§ ACTIVITY:
The expected output is every entry, repeated exactly.

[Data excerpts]
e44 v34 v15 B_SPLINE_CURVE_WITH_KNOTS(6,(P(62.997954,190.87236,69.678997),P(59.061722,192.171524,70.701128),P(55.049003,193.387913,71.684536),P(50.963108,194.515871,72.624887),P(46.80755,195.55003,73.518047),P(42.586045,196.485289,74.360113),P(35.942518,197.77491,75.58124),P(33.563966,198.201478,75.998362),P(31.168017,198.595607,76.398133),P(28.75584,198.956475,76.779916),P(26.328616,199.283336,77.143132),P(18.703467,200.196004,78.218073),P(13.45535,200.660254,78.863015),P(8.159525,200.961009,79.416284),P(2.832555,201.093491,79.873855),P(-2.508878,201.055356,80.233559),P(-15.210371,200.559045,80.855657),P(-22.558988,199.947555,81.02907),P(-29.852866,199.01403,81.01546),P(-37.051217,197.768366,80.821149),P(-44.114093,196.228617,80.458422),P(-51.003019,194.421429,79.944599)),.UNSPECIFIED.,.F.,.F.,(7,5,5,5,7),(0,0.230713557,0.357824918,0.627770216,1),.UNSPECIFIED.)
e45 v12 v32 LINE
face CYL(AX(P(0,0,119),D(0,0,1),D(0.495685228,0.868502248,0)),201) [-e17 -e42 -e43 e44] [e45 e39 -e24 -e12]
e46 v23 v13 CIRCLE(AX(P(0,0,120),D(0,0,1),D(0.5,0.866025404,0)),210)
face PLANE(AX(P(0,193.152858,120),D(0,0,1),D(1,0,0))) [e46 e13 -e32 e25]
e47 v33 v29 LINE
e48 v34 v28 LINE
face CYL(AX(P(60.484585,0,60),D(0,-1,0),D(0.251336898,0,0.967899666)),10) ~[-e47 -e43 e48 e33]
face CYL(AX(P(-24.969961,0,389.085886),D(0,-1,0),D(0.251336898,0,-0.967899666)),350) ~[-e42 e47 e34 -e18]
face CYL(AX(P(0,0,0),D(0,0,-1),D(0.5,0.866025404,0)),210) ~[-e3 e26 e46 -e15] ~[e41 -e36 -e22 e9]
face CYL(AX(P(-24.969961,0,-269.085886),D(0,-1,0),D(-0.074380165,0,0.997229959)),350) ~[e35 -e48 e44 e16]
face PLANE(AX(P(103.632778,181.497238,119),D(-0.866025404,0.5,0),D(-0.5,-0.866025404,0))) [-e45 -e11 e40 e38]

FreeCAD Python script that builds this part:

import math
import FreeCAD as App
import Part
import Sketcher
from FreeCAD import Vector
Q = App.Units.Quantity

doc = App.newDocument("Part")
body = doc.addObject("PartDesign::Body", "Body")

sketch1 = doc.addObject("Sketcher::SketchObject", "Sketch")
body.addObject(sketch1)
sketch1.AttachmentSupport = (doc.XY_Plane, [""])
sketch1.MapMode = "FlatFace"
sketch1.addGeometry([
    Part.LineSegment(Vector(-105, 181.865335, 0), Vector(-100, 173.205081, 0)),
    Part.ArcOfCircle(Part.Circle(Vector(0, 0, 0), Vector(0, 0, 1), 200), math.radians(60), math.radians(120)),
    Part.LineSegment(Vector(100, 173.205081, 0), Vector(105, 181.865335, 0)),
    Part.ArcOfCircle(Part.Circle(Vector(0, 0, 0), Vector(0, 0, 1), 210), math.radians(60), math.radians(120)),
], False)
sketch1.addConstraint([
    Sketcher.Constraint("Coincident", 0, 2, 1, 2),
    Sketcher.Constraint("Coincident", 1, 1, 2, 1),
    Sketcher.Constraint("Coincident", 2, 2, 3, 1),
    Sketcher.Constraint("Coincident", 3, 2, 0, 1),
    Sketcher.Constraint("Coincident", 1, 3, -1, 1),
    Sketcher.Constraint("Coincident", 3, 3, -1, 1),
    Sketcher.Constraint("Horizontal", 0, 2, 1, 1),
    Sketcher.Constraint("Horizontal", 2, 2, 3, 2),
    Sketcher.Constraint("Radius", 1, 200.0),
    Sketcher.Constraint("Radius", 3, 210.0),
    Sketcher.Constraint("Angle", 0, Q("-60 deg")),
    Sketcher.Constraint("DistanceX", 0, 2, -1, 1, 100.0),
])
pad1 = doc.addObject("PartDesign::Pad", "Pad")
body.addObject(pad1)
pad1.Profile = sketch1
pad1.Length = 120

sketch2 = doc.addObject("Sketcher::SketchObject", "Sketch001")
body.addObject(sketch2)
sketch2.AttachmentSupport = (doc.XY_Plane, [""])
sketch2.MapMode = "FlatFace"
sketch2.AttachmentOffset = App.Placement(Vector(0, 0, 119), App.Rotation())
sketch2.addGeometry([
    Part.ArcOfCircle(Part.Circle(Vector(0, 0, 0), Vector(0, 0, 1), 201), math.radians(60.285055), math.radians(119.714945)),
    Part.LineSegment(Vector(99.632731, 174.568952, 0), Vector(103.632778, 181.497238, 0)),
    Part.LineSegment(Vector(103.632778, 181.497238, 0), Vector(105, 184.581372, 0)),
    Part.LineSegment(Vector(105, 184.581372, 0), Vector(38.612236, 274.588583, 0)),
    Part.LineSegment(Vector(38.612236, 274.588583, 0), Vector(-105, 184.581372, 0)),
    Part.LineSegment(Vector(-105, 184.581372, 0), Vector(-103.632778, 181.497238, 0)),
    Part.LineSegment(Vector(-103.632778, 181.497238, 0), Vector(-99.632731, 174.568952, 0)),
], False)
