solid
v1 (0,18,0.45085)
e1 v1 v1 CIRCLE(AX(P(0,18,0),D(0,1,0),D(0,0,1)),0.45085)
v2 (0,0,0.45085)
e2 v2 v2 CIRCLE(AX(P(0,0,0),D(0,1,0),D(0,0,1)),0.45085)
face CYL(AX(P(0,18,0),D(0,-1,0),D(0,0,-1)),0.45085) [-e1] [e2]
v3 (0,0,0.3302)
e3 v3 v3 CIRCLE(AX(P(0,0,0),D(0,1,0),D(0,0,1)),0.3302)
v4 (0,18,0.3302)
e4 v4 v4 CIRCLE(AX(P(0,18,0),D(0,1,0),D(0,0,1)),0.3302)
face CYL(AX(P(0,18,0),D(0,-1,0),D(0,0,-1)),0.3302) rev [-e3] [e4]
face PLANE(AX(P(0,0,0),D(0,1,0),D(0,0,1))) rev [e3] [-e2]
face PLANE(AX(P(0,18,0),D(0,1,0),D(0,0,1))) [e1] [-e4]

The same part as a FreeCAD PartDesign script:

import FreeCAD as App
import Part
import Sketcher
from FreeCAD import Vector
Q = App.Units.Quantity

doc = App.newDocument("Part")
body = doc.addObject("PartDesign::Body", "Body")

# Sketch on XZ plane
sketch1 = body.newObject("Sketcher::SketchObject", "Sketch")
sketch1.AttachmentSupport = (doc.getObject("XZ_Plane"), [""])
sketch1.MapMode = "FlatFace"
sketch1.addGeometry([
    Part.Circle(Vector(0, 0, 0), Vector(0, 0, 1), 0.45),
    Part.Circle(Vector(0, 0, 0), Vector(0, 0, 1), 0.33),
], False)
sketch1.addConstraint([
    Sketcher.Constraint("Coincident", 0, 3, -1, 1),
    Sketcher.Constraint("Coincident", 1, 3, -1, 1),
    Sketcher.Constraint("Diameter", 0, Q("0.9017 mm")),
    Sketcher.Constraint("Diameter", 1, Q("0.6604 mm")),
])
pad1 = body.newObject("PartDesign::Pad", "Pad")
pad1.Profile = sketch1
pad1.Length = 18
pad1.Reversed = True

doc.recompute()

§ EXERCISE SOLUTION:
e44 v34 v15 B_SPLINE_CURVE_WITH_KNOTS(6,(P(62.997954,190.87236,69.678997),P(59.061722,192.171524,70.701128),P(55.049003,193.387913,71.684536),P(50.963108,194.515871,72.624887),P(46.80755,195.55003,73.518047),P(42.586045,196.485289,74.360113),P(35.942518,197.77491,75.58124),P(33.563966,198.201478,75.998362),P(31.168017,198.595607,76.398133),P(28.75584,198.956475,76.779916),P(26.328616,199.283336,77.143132),P(18.703467,200.196004,78.218073),P(13.45535,200.660254,78.863015),P(8.159525,200.961009,79.416284),P(2.832555,201.093491,79.873855),P(-2.508878,201.055356,80.233559),P(-15.210371,200.559045,80.855657),P(-22.558988,199.947555,81.02907),P(-29.852866,199.01403,81.01546),P(-37.051217,197.768366,80.821149),P(-44.114093,196.228617,80.458422),P(-51.003019,194.421429,79.944599)),.UNSPECIFIED.,.F.,.F.,(7,5,5,5,7),(0,0.230713557,0.357824918,0.627770216,1),.UNSPECIFIED.)
e45 v12 v32 LINE
face CYL(AX(P(0,0,119),D(0,0,1),D(0.495685228,0.868502248,0)),201) [-e17 -e42 -e43 e44] [e45 e39 -e24 -e12]
e46 v23 v13 CIRCLE(AX(P(0,0,120),D(0,0,1),D(0.5,0.866025404,0)),210)
face PLANE(AX(P(0,193.152858,120),D(0,0,1),D(1,0,0))) [e46 e13 -e32 e25]
e47 v33 v29 LINE
e48 v34 v28 LINE
face CYL(AX(P(60.484585,0,60),D(0,-1,0),D(0.251336898,0,0.967899666)),10) ~[-e47 -e43 e48 e33]
face CYL(AX(P(-24.969961,0,389.085886),D(0,-1,0),D(0.251336898,0,-0.967899666)),350) ~[-e42 e47 e34 -e18]
face CYL(AX(P(0,0,0),D(0,0,-1),D(0.5,0.866025404,0)),210) ~[-e3 e26 e46 -e15] ~[e41 -e36 -e22 e9]
face CYL(AX(P(-24.969961,0,-269.085886),D(0,-1,0),D(-0.074380165,0,0.997229959)),350) ~[e35 -e48 e44 e16]
face PLANE(AX(P(103.632778,181.497238,119),D(-0.866025404,0.5,0),D(-0.5,-0.866025404,0))) [-e45 -e11 e40 e38]

FreeCAD Python script that builds this part:

import math
import FreeCAD as App
import Part
import Sketcher
from FreeCAD import Vector
Q = App.Units.Quantity

doc = App.newDocument("Part")
body = doc.addObject("PartDesign::Body", "Body")

sketch1 = doc.addObject("Sketcher::SketchObject", "Sketch")
body.addObject(sketch1)
sketch1.AttachmentSupport = (doc.XY_Plane, [""])
sketch1.MapMode = "FlatFace"
sketch1.addGeometry([
    Part.LineSegment(Vector(-105, 181.865335, 0), Vector(-100, 173.205081, 0)),
    Part.ArcOfCircle(Part.Circle(Vector(0, 0, 0), Vector(0, 0, 1), 200), math.radians(60), math.radians(120)),
    Part.LineSegment(Vector(100, 173.205081, 0), Vector(105, 181.865335, 0)),
    Part.ArcOfCircle(Part.Circle(Vector(0, 0, 0), Vector(0, 0, 1), 210), math.radians(60), math.radians(120)),
], False)
sketch1.addConstraint([
    Sketcher.Constraint("Coincident", 0, 2, 1, 2),
    Sketcher.Constraint("Coincident", 1, 1, 2, 1),
    Sketcher.Constraint("Coincident", 2, 2, 3, 1),
    Sketcher.Constraint("Coincident", 3, 2, 0, 1),
    Sketcher.Constraint("Coincident", 1, 3, -1, 1),
    Sketcher.Constraint("Coincident", 3, 3, -1, 1),
    Sketcher.Constraint("Horizontal", 0, 2, 1, 1),
    Sketcher.Constraint("Horizontal", 2, 2, 3, 2),
    Sketcher.Constraint("Radius", 1, 200.0),
    Sketcher.Constraint("Radius", 3, 210.0),
    Sketcher.Constraint("Angle", 0, Q("-60 deg")),
    Sketcher.Constraint("DistanceX", 0, 2, -1, 1, 100.0),
])
pad1 = doc.addObject("PartDesign::Pad", "Pad")
body.addObject(pad1)
pad1.Profile = sketch1
pad1.Length = 120

sketch2 = doc.addObject("Sketcher::SketchObject", "Sketch001")
body.addObject(sketch2)
sketch2.AttachmentSupport = (doc.XY_Plane, [""])
sketch2.MapMode = "FlatFace"
sketch2.AttachmentOffset = App.Placement(Vector(0, 0, 119), App.Rotation())
sketch2.addGeometry([
    Part.ArcOfCircle(Part.Circle(Vector(0, 0, 0), Vector(0, 0, 1), 201), math.radians(60.285055), math.radians(119.714945)),
    Part.LineSegment(Vector(99.632731, 174.568952, 0), Vector(103.632778, 181.497238, 0)),
    Part.LineSegment(Vector(103.632778, 181.497238, 0), Vector(105, 184.581372, 0)),
    Part.LineSegment(Vector(105, 184.581372, 0), Vector(38.612236, 274.588583, 0)),
    Part.LineSegment(Vector(38.612236, 274.588583, 0), Vector(-105, 184.581372, 0)),
    Part.LineSegment(Vector(-105, 184.581372, 0), Vector(-103.632778, 181.497238, 0)),
    Part.LineSegment(Vector(-103.632778, 181.497238, 0), Vector(-99.632731, 174.568952, 0)),
], False)
solid
v1 (0,18,0.45085)
e1 v1 v1 CIRCLE(AX(P(0,18,0),D(0,1,0),D(0,0,1)),0.45085)
v2 (0,0,0.45085)
e2 v2 v2 CIRCLE(AX(P(0,0,0),D(0,1,0),D(0,0,1)),0.45085)
face CYL(AX(P(0,18,0),D(0,-1,0),D(0,0,-1)),0.45085) [-e1] [e2]
v3 (0,0,0.3302)
e3 v3 v3 CIRCLE(AX(P(0,0,0),D(0,1,0),D(0,0,1)),0.3302)
v4 (0,18,0.3302)
e4 v4 v4 CIRCLE(AX(P(0,18,0),D(0,1,0),D(0,0,1)),0.3302)
face CYL(AX(P(0,18,0),D(0,-1,0),D(0,0,-1)),0.3302) rev [-e3] [e4]
face PLANE(AX(P(0,0,0),D(0,1,0),D(0,0,1))) rev [e3] [-e2]
face PLANE(AX(P(0,18,0),D(0,1,0),D(0,0,1))) [e1] [-e4]

The same part as a FreeCAD PartDesign script:

import FreeCAD as App
import Part
import Sketcher
from FreeCAD import Vector
Q = App.Units.Quantity

doc = App.newDocument("Part")
body = doc.addObject("PartDesign::Body", "Body")

# Sketch on XZ plane
sketch1 = body.newObject("Sketcher::SketchObject", "Sketch")
sketch1.AttachmentSupport = (doc.getObject("XZ_Plane"), [""])
sketch1.MapMode = "FlatFace"
sketch1.addGeometry([
    Part.Circle(Vector(0, 0, 0), Vector(0, 0, 1), 0.45),
    Part.Circle(Vector(0, 0, 0), Vector(0, 0, 1), 0.33),
], False)
sketch1.addConstraint([
    Sketcher.Constraint("Coincident", 0, 3, -1, 1),
    Sketcher.Constraint("Coincident", 1, 3, -1, 1),
    Sketcher.Constraint("Diameter", 0, Q("0.9017 mm")),
    Sketcher.Constraint("Diameter", 1, Q("0.6604 mm")),
])
pad1 = body.newObject("PartDesign::Pad", "Pad")
pad1.Profile = sketch1
pad1.Length = 18
pad1.Reversed = True

doc.recompute()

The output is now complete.